**ENTRIES SUPPLIED**.

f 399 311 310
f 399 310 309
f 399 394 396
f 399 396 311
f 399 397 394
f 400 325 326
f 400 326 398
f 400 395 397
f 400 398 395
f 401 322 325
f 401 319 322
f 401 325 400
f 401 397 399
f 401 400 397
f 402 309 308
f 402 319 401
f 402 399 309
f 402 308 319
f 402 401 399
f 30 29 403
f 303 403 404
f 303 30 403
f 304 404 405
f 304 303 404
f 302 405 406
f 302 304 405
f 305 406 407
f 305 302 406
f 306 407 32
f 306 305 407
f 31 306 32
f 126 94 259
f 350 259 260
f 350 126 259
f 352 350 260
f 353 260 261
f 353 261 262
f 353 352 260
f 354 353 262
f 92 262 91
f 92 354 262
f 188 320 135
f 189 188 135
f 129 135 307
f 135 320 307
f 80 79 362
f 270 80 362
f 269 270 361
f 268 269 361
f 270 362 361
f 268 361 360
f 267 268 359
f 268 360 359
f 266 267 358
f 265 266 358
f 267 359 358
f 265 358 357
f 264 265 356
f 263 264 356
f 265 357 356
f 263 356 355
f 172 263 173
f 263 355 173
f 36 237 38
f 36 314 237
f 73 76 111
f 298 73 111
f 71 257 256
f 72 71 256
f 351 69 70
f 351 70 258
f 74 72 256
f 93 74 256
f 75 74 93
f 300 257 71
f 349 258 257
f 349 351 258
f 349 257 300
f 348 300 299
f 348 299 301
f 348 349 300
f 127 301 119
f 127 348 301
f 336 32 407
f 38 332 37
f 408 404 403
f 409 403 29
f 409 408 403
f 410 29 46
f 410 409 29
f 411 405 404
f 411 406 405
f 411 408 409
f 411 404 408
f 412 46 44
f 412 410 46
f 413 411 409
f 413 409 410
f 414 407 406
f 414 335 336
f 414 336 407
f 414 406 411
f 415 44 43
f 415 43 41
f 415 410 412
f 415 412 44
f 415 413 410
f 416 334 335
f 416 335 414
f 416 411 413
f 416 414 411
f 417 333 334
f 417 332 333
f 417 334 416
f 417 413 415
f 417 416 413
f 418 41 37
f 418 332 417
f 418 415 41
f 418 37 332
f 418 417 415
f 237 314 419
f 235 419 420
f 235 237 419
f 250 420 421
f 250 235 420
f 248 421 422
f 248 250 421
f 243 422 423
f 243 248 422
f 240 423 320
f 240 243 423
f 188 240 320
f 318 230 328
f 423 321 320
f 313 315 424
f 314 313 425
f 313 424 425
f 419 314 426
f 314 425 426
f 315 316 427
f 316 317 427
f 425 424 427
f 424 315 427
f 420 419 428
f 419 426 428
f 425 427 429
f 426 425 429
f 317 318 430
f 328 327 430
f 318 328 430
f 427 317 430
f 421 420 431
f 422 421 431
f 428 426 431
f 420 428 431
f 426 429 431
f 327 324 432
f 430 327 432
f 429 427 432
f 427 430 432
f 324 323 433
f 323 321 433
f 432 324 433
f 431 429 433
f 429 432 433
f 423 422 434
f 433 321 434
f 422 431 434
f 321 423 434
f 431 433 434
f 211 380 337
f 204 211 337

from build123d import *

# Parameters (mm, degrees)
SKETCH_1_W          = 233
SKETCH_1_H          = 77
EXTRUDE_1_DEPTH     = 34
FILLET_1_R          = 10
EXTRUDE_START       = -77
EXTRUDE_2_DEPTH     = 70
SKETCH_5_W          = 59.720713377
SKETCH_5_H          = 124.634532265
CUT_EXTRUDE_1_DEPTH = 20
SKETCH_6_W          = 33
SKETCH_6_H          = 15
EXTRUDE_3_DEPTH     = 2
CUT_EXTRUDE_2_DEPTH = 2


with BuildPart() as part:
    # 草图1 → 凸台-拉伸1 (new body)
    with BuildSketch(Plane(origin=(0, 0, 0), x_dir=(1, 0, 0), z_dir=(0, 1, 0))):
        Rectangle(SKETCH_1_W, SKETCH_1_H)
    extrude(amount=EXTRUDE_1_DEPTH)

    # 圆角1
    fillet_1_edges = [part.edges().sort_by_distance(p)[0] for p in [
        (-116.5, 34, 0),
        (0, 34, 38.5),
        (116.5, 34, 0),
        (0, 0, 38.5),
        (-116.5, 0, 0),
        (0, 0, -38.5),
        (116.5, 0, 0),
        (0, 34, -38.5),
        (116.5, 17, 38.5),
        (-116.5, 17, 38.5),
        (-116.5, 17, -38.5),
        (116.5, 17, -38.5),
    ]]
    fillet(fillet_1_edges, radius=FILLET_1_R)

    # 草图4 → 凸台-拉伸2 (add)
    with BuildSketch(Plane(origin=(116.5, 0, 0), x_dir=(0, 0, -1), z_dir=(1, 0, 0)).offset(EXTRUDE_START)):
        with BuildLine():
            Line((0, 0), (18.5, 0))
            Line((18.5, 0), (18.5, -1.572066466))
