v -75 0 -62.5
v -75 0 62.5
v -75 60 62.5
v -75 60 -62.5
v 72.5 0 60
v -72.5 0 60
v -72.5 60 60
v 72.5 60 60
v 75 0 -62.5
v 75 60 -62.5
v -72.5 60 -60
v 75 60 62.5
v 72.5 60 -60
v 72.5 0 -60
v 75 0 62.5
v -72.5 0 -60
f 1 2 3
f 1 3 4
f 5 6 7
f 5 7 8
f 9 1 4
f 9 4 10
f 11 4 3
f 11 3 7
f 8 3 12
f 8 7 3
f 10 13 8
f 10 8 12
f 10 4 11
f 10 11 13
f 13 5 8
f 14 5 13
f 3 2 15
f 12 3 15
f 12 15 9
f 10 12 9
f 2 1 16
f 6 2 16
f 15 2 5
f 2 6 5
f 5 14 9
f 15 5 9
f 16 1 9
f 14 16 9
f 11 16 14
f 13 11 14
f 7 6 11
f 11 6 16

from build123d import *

# Parameters (mm, degrees)
SKETCH1_W           = 150
SKETCH1_H           = 125
BOSS_EXTRUDE1_DEPTH = 60
SHELL1_T            = -2.5


with BuildPart() as part:
    # Sketch1 → Boss-Extrude1 (new body)
    with BuildSketch(Plane(origin=(0, 0, 0), x_dir=(1, 0, 0), z_dir=(0, 1, 0))):
        Rectangle(SKETCH1_W, SKETCH1_H)
    extrude(amount=BOSS_EXTRUDE1_DEPTH)

    # Shell1
    shell1_openings = [part.faces().sort_by_distance(p)[0] for p in [
        (0, 60, 0),
        (0, 0, 0),
    ]]
    offset(amount=SHELL1_T, openings=shell1_openings, kind=Kind.INTERSECTION)


solid = part.part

**TASK TO COMPLETE**.
Your task is to transcribe the listing above in full and exactly.

**SOLUTION FOR THIS PROBLEM**.
f 399 311 310
f 399 310 309
f 399 394 396
f 399 396 311
f 399 397 394
f 400 325 326
f 400 326 398
f 400 395 397
f 400 398 395
f 401 322 325
f 401 319 322
f 401 325 400
f 401 397 399
f 401 400 397
f 402 309 308
f 402 319 401
f 402 399 309
f 402 308 319
f 402 401 399
f 30 29 403
f 303 403 404
f 303 30 403
f 304 404 405
f 304 303 404
f 302 405 406
f 302 304 405
f 305 406 407
f 305 302 406
f 306 407 32
f 306 305 407
f 31 306 32
f 126 94 259
f 350 259 260
f 350 126 259
f 352 350 260
f 353 260 261
f 353 261 262
f 353 352 260
f 354 353 262
f 92 262 91
f 92 354 262
f 188 320 135
f 189 188 135
f 129 135 307
f 135 320 307
f 80 79 362
f 270 80 362
f 269 270 361
f 268 269 361
f 270 362 361
f 268 361 360
f 267 268 359
f 268 360 359
f 266 267 358
f 265 266 358
f 267 359 358
f 265 358 357
f 264 265 356
f 263 264 356
f 265 357 356
f 263 356 355
f 172 263 173
f 263 355 173
f 36 237 38
f 36 314 237
f 73 76 111
f 298 73 111
f 71 257 256
f 72 71 256
f 351 69 70
f 351 70 258
f 74 72 256
f 93 74 256
f 75 74 93
f 300 257 71
f 349 258 257
f 349 351 258
f 349 257 300
f 348 300 299
f 348 299 301
f 348 349 300
f 127 301 119
f 127 348 301
f 336 32 407
f 38 332 37
f 408 404 403
f 409 403 29
f 409 408 403
f 410 29 46
f 410 409 29
f 411 405 404
f 411 406 405
f 411 408 409
f 411 404 408
f 412 46 44
f 412 410 46
f 413 411 409
f 413 409 410
f 414 407 406
f 414 335 336
f 414 336 407
f 414 406 411
f 415 44 43
f 415 43 41
f 415 410 412
f 415 412 44
f 415 413 410
f 416 334 335
f 416 335 414
f 416 411 413
f 416 414 411
f 417 333 334
f 417 332 333
f 417 334 416
f 417 413 415
f 417 416 413
f 418 41 37
f 418 332 417
f 418 415 41
f 418 37 332
f 418 417 415
f 237 314 419
f 235 419 420
f 235 237 419
f 250 420 421
f 250 235 420
f 248 421 422
f 248 250 421
f 243 422 423
f 243 248 422
f 240 423 320
f 240 243 423
f 188 240 320
f 318 230 328
f 423 321 320
f 313 315 424
f 314 313 425
f 313 424 425
f 419 314 426
f 314 425 426
f 315 316 427
f 316 317 427
f 425 424 427
f 424 315 427
f 420 419 428
f 419 426 428
f 425 427 429
f 426 425 429
f 317 318 430
f 328 327 430
f 318 328 430
f 427 317 430
f 421 420 431
f 422 421 431
f 428 426 431
f 420 428 431
f 426 429 431
f 327 324 432
f 430 327 432
f 429 427 432
f 427 430 432
f 324 323 433
f 323 321 433
f 432 324 433
f 431 429 433
f 429 432 433
f 423 422 434
f 433 321 434
f 422 431 434
f 321 423 434
f 431 433 434
f 211 380 337
f 204 211 337

from build123d import *

# Parameters (mm, degrees)
SKETCH_1_W          = 233
SKETCH_1_H          = 77
EXTRUDE_1_DEPTH     = 34
FILLET_1_R          = 10
EXTRUDE_START       = -77
EXTRUDE_2_DEPTH     = 70
SKETCH_5_W          = 59.720713377
SKETCH_5_H          = 124.634532265
CUT_EXTRUDE_1_DEPTH = 20
SKETCH_6_W          = 33
SKETCH_6_H          = 15
EXTRUDE_3_DEPTH     = 2
CUT_EXTRUDE_2_DEPTH = 2


with BuildPart() as part:
    # 草图1 → 凸台-拉伸1 (new body)
    with BuildSketch(Plane(origin=(0, 0, 0), x_dir=(1, 0, 0), z_dir=(0, 1, 0))):
        Rectangle(SKETCH_1_W, SKETCH_1_H)
    extrude(amount=EXTRUDE_1_DEPTH)

    # 圆角1
    fillet_1_edges = [part.edges().sort_by_distance(p)[0] for p in [
        (-116.5, 34, 0),
        (0, 34, 38.5),
        (116.5, 34, 0),
        (0, 0, 38.5),
        (-116.5, 0, 0),
        (0, 0, -38.5),
        (116.5, 0, 0),
        (0, 34, -38.5),
        (116.5, 17, 38.5),
        (-116.5, 17, 38.5),
        (-116.5, 17, -38.5),
        (116.5, 17, -38.5),
    ]]
    fillet(fillet_1_edges, radius=FILLET_1_R)

    # 草图4 → 凸台-拉伸2 (add)
    with BuildSketch(Plane(origin=(116.5, 0, 0), x_dir=(0, 0, -1), z_dir=(1, 0, 0)).offset(EXTRUDE_START)):
        with BuildLine():
            Line((0, 0), (18.5, 0))
            Line((18.5, 0), (18.5, -1.572066466))
v -75 0 -62.5
v -75 0 62.5
v -75 60 62.5
v -75 60 -62.5
v 72.5 0 60
v -72.5 0 60
v -72.5 60 60
v 72.5 60 60
v 75 0 -62.5
v 75 60 -62.5
v -72.5 60 -60
v 75 60 62.5
v 72.5 60 -60
v 72.5 0 -60
v 75 0 62.5
v -72.5 0 -60
f 1 2 3
f 1 3 4
f 5 6 7
f 5 7 8
f 9 1 4
f 9 4 10
f 11 4 3
f 11 3 7
f 8 3 12
f 8 7 3
f 10 13 8
f 10 8 12
f 10 4 11
f 10 11 13
f 13 5 8
f 14 5 13
f 3 2 15
f 12 3 15
f 12 15 9
f 10 12 9
f 2 1 16
f 6 2 16
f 15 2 5
f 2 6 5
f 5 14 9
f 15 5 9
f 16 1 9
f 14 16 9
f 11 16 14
f 13 11 14
f 7 6 11
f 11 6 16

from build123d import *

# Parameters (mm, degrees)
SKETCH1_W           = 150
SKETCH1_H           = 125
BOSS_EXTRUDE1_DEPTH = 60
SHELL1_T            = -2.5


with BuildPart() as part:
    # Sketch1 → Boss-Extrude1 (new body)
    with BuildSketch(Plane(origin=(0, 0, 0), x_dir=(1, 0, 0), z_dir=(0, 1, 0))):
        Rectangle(SKETCH1_W, SKETCH1_H)
    extrude(amount=BOSS_EXTRUDE1_DEPTH)

    # Shell1
    shell1_openings = [part.faces().sort_by_distance(p)[0] for p in [
        (0, 60, 0),
        (0, 0, 0),
    ]]
    offset(amount=SHELL1_T, openings=shell1_openings, kind=Kind.INTERSECTION)


solid = part.part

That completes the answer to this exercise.